What you should do:
Which lines run from the line with "#241=ORIENTED_EDGE('',*,*,#120,.T.);" through the line with "#247=EDGE_CURVE('',#147,#220,#246,.T.);" in the entries below? Print them exactly, both ends included, and nothing more.

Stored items

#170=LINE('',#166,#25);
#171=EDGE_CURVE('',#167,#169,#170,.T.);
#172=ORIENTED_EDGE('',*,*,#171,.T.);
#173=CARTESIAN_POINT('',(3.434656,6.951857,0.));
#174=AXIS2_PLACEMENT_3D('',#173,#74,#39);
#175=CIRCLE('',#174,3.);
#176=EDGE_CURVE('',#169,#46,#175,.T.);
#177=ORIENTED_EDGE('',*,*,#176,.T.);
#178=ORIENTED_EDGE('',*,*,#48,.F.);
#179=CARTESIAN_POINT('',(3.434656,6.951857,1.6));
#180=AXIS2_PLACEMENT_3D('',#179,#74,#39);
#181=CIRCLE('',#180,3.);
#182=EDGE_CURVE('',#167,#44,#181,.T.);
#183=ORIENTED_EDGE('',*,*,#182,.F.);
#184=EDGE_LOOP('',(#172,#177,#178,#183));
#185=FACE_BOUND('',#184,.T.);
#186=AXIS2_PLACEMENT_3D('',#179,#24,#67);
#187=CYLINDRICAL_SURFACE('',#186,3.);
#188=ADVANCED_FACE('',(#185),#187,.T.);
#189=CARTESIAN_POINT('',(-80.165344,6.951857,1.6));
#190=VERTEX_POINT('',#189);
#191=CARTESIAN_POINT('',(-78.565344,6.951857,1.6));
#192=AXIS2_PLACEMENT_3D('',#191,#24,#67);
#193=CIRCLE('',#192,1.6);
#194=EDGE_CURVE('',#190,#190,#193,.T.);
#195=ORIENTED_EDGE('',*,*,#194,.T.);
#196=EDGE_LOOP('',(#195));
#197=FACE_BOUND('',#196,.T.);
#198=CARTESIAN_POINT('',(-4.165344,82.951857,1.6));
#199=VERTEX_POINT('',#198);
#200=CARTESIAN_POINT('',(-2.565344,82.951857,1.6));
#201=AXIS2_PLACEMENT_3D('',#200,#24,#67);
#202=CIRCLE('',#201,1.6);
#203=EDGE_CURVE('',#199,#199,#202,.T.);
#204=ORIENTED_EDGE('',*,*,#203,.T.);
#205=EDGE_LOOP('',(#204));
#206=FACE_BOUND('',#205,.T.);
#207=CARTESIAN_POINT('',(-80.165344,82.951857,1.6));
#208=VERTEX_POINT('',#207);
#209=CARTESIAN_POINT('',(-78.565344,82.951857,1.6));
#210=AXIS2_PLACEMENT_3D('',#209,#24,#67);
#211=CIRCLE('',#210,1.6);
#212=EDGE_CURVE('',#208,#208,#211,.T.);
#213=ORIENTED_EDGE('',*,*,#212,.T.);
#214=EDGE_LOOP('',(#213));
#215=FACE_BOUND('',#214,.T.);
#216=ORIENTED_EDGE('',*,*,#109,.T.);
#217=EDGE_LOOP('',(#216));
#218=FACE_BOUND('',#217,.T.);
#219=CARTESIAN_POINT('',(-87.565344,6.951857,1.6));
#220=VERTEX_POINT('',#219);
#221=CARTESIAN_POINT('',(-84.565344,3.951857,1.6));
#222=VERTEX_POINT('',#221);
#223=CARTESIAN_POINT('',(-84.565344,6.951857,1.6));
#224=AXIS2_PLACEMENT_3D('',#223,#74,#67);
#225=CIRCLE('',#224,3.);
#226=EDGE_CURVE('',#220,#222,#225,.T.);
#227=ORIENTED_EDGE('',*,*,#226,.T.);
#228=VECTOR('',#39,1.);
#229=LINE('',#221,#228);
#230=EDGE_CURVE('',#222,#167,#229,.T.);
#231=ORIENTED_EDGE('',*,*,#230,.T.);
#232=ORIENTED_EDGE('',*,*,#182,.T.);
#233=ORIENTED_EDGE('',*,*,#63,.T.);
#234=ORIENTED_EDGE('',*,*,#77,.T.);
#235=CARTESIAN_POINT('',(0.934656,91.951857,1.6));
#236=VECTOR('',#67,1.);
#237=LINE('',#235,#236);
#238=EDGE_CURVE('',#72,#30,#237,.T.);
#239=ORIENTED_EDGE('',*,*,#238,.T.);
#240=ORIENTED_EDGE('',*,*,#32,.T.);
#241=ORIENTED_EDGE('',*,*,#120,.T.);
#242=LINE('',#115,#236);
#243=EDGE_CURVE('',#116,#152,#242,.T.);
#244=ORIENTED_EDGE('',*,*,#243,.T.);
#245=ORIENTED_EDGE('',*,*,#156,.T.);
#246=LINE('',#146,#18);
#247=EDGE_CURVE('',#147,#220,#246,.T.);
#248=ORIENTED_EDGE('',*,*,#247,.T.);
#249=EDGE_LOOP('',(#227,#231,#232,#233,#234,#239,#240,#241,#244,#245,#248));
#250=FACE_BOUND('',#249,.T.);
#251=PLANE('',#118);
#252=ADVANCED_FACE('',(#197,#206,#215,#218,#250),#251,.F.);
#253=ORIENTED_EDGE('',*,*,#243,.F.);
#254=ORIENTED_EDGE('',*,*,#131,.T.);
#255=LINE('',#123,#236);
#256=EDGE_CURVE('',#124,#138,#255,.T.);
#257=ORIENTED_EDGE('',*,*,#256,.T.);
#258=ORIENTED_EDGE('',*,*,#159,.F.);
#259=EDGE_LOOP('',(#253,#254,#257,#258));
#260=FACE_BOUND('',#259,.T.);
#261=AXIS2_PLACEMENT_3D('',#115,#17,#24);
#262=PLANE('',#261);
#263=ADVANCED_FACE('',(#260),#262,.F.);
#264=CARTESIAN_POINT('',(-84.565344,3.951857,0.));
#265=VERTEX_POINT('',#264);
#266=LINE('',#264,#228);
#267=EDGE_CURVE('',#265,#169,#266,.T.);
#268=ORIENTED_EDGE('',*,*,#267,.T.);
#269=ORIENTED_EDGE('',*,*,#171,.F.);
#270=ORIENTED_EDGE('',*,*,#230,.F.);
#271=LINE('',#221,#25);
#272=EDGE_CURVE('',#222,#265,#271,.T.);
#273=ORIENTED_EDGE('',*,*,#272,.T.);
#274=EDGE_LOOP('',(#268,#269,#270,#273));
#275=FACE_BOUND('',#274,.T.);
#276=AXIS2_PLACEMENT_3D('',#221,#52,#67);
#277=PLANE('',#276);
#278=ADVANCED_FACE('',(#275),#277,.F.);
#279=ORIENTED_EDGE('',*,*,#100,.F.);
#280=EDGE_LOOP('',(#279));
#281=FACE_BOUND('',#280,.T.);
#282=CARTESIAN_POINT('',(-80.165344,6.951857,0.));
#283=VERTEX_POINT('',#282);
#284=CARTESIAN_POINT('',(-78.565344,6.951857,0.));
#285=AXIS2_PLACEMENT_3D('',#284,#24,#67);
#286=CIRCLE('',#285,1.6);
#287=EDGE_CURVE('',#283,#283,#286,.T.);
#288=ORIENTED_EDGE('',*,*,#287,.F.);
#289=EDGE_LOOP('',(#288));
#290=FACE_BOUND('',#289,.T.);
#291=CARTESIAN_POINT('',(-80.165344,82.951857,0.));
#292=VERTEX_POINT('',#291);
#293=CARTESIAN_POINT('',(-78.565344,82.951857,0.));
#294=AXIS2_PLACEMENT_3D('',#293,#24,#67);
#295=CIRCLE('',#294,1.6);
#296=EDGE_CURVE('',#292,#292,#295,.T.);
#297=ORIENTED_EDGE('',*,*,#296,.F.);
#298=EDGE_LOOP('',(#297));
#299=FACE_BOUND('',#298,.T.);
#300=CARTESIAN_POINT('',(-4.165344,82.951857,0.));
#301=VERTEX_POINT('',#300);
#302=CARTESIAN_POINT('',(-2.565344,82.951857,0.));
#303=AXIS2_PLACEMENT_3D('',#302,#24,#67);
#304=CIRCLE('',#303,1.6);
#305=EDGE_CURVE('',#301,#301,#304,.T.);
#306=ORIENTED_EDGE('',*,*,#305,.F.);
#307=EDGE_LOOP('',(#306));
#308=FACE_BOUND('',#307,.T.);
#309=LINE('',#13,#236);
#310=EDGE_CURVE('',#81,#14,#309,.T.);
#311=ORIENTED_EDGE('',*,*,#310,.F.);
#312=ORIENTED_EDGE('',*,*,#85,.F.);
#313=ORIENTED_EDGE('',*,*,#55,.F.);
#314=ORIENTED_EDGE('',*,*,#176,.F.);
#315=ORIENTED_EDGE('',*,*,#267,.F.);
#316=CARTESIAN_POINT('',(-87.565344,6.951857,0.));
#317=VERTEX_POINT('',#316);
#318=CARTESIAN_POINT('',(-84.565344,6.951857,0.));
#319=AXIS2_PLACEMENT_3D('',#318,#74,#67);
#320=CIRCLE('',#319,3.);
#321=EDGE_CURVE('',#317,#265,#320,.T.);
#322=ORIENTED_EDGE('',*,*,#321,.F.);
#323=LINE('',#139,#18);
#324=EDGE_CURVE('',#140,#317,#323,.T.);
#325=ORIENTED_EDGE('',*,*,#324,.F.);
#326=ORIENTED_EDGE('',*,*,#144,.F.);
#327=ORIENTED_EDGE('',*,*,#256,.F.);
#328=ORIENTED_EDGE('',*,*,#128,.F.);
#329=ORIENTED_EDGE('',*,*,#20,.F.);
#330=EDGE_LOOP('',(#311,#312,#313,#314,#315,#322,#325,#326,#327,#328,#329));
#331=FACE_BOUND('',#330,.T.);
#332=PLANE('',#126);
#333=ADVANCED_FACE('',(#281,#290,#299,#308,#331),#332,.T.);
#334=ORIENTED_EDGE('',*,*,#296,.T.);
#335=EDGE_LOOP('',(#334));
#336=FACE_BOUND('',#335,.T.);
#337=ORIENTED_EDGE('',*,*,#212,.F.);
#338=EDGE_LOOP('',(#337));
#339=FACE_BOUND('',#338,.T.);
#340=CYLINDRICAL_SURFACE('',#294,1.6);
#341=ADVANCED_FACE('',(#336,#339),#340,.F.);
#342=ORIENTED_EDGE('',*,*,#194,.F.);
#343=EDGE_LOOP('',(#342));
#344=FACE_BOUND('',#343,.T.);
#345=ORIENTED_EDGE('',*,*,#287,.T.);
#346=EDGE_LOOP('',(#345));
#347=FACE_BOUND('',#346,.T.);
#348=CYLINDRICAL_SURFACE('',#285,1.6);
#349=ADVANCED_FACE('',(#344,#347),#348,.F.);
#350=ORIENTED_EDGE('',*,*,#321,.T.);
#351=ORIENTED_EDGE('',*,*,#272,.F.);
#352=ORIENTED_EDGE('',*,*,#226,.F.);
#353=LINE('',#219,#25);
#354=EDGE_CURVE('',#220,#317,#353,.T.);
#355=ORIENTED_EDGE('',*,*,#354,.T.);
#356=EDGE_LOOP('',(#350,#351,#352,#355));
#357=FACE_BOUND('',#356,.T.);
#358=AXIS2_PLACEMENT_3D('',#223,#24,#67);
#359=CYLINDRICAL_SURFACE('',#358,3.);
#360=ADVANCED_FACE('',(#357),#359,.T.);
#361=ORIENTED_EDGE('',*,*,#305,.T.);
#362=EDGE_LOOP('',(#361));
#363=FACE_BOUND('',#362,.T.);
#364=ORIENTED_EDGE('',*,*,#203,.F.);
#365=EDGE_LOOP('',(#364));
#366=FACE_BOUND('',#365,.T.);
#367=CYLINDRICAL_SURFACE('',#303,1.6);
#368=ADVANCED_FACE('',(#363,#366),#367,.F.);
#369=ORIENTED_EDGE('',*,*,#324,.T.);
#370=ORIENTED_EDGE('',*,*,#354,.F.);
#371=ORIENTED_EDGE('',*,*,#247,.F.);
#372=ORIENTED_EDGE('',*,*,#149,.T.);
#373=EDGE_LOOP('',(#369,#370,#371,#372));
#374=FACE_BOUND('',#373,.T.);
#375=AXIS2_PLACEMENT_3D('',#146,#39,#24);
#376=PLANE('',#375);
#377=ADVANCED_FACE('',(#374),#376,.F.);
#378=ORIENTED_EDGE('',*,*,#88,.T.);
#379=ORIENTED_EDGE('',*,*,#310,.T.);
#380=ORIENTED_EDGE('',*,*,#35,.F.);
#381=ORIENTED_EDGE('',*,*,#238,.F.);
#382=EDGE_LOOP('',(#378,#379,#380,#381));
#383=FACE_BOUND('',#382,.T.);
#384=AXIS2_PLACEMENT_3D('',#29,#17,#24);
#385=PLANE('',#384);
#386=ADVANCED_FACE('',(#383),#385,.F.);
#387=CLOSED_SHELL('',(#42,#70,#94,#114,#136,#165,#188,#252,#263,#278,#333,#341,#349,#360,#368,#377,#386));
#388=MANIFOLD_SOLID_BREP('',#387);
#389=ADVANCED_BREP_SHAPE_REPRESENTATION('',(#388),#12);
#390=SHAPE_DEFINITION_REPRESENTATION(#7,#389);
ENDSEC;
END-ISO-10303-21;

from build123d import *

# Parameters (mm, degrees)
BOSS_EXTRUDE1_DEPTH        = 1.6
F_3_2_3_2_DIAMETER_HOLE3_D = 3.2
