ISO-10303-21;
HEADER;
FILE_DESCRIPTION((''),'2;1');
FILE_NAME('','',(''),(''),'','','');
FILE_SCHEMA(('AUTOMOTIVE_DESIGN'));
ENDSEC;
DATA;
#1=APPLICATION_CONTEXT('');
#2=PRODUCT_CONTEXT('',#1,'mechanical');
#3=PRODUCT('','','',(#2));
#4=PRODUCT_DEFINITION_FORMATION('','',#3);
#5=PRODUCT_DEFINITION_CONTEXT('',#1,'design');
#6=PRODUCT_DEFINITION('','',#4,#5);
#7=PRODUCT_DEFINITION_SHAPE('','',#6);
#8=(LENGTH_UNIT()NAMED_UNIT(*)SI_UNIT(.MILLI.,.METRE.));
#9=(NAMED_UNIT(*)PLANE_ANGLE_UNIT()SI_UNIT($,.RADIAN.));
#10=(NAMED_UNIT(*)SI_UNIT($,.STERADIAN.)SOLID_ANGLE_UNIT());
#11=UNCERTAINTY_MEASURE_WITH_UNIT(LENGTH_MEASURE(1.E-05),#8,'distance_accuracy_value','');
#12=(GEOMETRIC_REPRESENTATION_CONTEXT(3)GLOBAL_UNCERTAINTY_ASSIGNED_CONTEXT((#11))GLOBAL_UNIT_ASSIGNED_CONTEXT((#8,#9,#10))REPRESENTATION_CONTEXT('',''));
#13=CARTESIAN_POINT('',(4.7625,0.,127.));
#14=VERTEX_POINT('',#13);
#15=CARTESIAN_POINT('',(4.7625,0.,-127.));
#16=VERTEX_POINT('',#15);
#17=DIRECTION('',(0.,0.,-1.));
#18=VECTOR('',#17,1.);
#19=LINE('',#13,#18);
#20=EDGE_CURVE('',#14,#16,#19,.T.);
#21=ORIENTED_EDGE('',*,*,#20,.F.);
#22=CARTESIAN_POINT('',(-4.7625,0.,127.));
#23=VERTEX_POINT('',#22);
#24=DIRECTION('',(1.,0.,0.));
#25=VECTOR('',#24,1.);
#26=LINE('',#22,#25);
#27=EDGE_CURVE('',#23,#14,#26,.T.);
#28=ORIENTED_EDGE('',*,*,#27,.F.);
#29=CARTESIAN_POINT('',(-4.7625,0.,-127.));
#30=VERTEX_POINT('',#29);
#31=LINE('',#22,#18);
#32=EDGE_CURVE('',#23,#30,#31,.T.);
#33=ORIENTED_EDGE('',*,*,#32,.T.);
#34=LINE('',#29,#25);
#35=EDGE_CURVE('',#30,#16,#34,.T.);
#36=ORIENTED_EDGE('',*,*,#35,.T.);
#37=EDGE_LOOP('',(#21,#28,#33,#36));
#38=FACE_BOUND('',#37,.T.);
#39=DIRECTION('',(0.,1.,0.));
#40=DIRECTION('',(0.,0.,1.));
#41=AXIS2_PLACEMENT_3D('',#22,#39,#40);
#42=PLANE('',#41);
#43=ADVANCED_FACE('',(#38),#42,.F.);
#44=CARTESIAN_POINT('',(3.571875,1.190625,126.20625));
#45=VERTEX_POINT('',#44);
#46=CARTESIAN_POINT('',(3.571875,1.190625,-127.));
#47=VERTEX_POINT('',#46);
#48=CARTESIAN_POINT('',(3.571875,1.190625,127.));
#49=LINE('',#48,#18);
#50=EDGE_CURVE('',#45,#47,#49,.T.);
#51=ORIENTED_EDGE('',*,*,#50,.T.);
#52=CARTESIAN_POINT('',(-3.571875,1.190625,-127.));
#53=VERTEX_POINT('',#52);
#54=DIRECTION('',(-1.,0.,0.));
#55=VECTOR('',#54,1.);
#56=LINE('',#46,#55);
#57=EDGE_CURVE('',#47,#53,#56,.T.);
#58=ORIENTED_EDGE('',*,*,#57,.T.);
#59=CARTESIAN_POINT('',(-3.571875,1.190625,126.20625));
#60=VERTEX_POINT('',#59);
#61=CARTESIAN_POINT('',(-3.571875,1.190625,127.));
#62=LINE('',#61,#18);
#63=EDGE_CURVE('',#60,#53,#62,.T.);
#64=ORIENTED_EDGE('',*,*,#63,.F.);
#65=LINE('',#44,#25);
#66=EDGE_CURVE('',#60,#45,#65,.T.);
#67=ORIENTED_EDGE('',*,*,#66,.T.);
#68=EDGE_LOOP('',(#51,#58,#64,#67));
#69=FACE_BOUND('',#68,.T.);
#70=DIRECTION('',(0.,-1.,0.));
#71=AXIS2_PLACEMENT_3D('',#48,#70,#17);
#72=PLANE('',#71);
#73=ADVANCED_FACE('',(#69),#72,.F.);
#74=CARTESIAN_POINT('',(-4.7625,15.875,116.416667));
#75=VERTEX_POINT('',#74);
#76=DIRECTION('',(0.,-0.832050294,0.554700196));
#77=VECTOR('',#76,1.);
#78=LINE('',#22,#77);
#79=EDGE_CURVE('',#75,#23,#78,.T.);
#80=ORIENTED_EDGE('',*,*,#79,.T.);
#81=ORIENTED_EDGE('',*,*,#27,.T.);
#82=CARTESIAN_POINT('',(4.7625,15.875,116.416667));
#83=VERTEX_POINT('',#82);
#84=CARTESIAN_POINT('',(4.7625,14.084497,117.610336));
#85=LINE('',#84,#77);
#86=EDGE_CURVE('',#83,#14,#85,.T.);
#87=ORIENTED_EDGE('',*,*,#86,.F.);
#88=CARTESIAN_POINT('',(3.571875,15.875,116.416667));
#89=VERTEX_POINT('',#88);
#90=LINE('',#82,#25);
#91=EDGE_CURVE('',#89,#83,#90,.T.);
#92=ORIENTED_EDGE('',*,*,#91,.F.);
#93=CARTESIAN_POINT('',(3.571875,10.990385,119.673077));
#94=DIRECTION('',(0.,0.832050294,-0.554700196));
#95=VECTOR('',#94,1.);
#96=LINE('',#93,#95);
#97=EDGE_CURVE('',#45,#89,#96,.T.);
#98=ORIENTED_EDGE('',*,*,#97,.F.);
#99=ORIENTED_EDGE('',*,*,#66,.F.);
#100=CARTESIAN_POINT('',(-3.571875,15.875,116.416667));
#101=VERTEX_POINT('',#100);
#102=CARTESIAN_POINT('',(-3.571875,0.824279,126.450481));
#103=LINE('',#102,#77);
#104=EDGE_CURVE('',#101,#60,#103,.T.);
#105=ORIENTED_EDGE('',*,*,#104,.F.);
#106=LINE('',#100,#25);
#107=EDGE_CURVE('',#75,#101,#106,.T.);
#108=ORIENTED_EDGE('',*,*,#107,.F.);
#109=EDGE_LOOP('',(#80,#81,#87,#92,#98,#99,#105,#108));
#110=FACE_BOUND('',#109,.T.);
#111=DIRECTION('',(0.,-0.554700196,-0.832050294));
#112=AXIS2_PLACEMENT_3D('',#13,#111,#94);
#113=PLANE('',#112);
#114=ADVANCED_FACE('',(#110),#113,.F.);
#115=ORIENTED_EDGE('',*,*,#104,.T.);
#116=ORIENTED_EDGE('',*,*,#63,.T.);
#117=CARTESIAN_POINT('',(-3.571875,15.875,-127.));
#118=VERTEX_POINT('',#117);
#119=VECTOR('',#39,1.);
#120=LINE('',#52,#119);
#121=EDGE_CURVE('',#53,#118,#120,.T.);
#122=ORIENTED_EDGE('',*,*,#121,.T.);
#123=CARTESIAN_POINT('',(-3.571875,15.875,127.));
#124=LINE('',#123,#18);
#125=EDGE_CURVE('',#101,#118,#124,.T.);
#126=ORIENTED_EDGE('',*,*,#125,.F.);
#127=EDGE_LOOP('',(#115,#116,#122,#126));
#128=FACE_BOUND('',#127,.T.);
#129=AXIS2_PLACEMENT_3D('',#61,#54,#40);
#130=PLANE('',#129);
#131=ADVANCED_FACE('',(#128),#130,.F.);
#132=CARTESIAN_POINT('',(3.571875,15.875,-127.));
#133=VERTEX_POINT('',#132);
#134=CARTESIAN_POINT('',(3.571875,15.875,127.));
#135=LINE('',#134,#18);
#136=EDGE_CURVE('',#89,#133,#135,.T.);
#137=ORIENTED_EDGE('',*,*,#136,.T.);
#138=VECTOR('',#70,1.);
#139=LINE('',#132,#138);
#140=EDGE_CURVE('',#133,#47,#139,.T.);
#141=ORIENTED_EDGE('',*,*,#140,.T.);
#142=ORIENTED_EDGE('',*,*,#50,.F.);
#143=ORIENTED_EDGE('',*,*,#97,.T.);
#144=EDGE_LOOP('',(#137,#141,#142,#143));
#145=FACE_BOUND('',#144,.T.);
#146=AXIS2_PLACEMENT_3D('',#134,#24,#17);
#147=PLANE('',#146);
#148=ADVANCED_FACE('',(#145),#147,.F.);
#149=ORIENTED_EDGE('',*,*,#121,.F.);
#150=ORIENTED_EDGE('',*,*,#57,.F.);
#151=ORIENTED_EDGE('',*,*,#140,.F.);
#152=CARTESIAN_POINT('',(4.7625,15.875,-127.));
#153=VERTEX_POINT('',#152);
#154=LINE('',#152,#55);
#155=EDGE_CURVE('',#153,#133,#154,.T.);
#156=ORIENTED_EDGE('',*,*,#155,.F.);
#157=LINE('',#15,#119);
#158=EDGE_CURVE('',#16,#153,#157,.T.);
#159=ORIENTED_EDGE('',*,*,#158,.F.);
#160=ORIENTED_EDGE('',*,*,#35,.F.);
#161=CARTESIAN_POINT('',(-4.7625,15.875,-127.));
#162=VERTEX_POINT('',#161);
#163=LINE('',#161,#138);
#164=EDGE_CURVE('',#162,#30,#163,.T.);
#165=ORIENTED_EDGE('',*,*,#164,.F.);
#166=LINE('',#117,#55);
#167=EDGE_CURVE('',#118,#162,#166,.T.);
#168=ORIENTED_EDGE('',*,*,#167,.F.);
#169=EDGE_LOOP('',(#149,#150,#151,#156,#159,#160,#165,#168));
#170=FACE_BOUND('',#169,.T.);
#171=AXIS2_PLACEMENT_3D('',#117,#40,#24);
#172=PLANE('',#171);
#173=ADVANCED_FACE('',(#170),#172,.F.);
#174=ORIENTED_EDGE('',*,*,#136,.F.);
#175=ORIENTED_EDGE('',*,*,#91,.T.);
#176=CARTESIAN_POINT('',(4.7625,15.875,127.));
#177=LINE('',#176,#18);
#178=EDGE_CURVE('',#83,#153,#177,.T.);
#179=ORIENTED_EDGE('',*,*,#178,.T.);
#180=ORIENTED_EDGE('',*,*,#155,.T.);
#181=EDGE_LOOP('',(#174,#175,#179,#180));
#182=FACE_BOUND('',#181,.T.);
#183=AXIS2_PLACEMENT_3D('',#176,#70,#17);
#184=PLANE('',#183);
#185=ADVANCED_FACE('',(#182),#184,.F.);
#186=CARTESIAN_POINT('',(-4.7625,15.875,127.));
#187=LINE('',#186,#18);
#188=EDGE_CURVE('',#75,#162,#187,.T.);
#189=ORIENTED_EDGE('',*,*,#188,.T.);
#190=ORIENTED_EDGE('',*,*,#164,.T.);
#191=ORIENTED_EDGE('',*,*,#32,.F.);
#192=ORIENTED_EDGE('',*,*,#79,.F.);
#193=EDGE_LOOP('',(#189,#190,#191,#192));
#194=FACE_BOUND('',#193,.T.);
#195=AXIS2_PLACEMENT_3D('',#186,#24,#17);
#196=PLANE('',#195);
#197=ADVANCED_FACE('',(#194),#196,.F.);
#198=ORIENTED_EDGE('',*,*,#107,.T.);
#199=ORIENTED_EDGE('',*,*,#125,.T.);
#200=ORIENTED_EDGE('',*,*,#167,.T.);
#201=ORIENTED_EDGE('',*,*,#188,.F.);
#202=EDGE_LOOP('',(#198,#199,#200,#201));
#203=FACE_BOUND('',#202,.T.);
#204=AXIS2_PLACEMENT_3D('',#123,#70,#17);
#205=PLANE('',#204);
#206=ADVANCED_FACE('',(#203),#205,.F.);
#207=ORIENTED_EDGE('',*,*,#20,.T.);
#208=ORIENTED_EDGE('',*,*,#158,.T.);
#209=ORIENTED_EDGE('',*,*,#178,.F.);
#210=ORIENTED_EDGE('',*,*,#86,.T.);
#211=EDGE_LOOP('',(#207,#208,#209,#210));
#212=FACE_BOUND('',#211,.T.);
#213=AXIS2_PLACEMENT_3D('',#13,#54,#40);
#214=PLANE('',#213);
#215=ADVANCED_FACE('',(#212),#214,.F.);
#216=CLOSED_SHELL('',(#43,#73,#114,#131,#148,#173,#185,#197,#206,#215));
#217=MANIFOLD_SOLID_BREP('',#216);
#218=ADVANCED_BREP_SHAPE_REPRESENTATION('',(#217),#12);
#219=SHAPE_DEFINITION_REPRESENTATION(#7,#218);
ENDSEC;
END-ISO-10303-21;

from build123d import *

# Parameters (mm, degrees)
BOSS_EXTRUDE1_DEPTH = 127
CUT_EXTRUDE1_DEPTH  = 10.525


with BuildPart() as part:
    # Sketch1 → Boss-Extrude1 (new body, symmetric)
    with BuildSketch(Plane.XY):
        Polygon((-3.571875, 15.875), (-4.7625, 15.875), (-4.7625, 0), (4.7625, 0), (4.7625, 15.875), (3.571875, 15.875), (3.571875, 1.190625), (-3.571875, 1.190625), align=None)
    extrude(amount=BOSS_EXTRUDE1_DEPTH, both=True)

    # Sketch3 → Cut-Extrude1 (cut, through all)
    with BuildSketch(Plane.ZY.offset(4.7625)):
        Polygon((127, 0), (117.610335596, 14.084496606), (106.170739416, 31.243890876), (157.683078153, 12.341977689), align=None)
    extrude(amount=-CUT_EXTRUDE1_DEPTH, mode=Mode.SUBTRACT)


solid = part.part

Solution:
#241=ORIENTED_EDGE('',*,*,#120,.T.);
#242=LINE('',#115,#236);
#243=EDGE_CURVE('',#116,#152,#242,.T.);
#244=ORIENTED_EDGE('',*,*,#243,.T.);
#245=ORIENTED_EDGE('',*,*,#156,.T.);
#246=LINE('',#146,#18);
#247=EDGE_CURVE('',#147,#220,#246,.T.);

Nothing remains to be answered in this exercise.